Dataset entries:
────────

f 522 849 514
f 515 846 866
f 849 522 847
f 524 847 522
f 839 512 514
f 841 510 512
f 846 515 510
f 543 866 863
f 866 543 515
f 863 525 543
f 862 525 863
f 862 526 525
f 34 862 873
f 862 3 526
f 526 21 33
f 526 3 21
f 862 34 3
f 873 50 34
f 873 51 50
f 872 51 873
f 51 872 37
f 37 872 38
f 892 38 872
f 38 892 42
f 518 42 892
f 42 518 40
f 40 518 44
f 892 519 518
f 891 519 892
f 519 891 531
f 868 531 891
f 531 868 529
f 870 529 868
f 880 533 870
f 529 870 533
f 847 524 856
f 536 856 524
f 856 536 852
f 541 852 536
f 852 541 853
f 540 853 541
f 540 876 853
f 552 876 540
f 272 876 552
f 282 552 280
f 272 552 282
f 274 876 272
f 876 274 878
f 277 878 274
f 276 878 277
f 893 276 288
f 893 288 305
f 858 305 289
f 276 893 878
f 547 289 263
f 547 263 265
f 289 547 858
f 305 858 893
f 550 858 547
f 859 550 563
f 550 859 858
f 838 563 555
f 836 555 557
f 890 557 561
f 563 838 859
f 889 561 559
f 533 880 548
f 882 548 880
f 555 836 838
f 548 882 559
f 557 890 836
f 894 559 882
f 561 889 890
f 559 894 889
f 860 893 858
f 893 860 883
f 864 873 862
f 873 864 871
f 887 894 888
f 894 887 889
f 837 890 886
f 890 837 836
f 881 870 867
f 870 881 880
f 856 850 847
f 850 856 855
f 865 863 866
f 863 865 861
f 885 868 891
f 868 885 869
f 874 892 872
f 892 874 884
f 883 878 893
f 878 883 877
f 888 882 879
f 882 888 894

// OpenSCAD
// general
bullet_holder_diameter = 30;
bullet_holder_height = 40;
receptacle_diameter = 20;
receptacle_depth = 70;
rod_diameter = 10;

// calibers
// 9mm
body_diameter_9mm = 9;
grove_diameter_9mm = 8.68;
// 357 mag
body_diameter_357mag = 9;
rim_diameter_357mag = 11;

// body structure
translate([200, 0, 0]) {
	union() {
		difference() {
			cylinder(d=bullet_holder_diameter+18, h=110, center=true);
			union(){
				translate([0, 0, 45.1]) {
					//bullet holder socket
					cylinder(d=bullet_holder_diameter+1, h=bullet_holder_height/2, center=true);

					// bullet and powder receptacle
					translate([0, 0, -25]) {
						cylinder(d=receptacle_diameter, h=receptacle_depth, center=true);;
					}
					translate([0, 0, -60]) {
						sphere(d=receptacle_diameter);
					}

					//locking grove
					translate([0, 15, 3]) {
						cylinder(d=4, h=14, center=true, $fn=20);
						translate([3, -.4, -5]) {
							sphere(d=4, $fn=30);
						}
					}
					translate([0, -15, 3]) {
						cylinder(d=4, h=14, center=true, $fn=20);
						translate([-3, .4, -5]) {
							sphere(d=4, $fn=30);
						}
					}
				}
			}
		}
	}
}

────────

Prompt: Set all of the data down again exactly.

Task answer:
f 522 849 514
f 515 846 866
f 849 522 847
f 524 847 522
f 839 512 514
f 841 510 512
f 846 515 510
f 543 866 863
f 866 543 515
f 863 525 543
f 862 525 863
f 862 526 525
f 34 862 873
f 862 3 526
f 526 21 33
f 526 3 21
f 862 34 3
f 873 50 34
f 873 51 50
f 872 51 873
f 51 872 37
f 37 872 38
f 892 38 872
f 38 892 42
f 518 42 892
f 42 518 40
f 40 518 44
f 892 519 518
f 891 519 892
f 519 891 531
f 868 531 891
f 531 868 529
f 870 529 868
f 880 533 870
f 529 870 533
f 847 524 856
f 536 856 524
f 856 536 852
f 541 852 536
f 852 541 853
f 540 853 541
f 540 876 853
f 552 876 540
f 272 876 552
f 282 552 280
f 272 552 282
f 274 876 272
f 876 274 878
f 277 878 274
f 276 878 277
f 893 276 288
f 893 288 305
f 858 305 289
f 276 893 878
f 547 289 263
f 547 263 265
f 289 547 858
f 305 858 893
f 550 858 547
f 859 550 563
f 550 859 858
f 838 563 555
f 836 555 557
f 890 557 561
f 563 838 859
f 889 561 559
f 533 880 548
f 882 548 880
f 555 836 838
f 548 882 559
f 557 890 836
f 894 559 882
f 561 889 890
f 559 894 889
f 860 893 858
f 893 860 883
f 864 873 862
f 873 864 871
f 887 894 888
f 894 887 889
f 837 890 886
f 890 837 836
f 881 870 867
f 870 881 880
f 856 850 847
f 850 856 855
f 865 863 866
f 863 865 861
f 885 868 891
f 868 885 869
f 874 892 872
f 892 874 884
f 883 878 893
f 878 883 877
f 888 882 879
f 882 888 894

// OpenSCAD
// general
bullet_holder_diameter = 30;
bullet_holder_height = 40;
receptacle_diameter = 20;
receptacle_depth = 70;
rod_diameter = 10;

// calibers
// 9mm
body_diameter_9mm = 9;
grove_diameter_9mm = 8.68;
// 357 mag
body_diameter_357mag = 9;
rim_diameter_357mag = 11;

// body structure
translate([200, 0, 0]) {
	union() {
		difference() {
			cylinder(d=bullet_holder_diameter+18, h=110, center=true);
			union(){
				translate([0, 0, 45.1]) {
					//bullet holder socket
					cylinder(d=bullet_holder_diameter+1, h=bullet_holder_height/2, center=true);

					// bullet and powder receptacle
					translate([0, 0, -25]) {
						cylinder(d=receptacle_diameter, h=receptacle_depth, center=true);;
					}
					translate([0, 0, -60]) {
						sphere(d=receptacle_diameter);
					}

					//locking grove
					translate([0, 15, 3]) {
						cylinder(d=4, h=14, center=true, $fn=20);
						translate([3, -.4, -5]) {
							sphere(d=4, $fn=30);
						}
					}
					translate([0, -15, 3]) {
						cylinder(d=4, h=14, center=true, $fn=20);
						translate([-3, .4, -5]) {
							sphere(d=4, $fn=30);
						}
					}
				}
			}
		}
	}
}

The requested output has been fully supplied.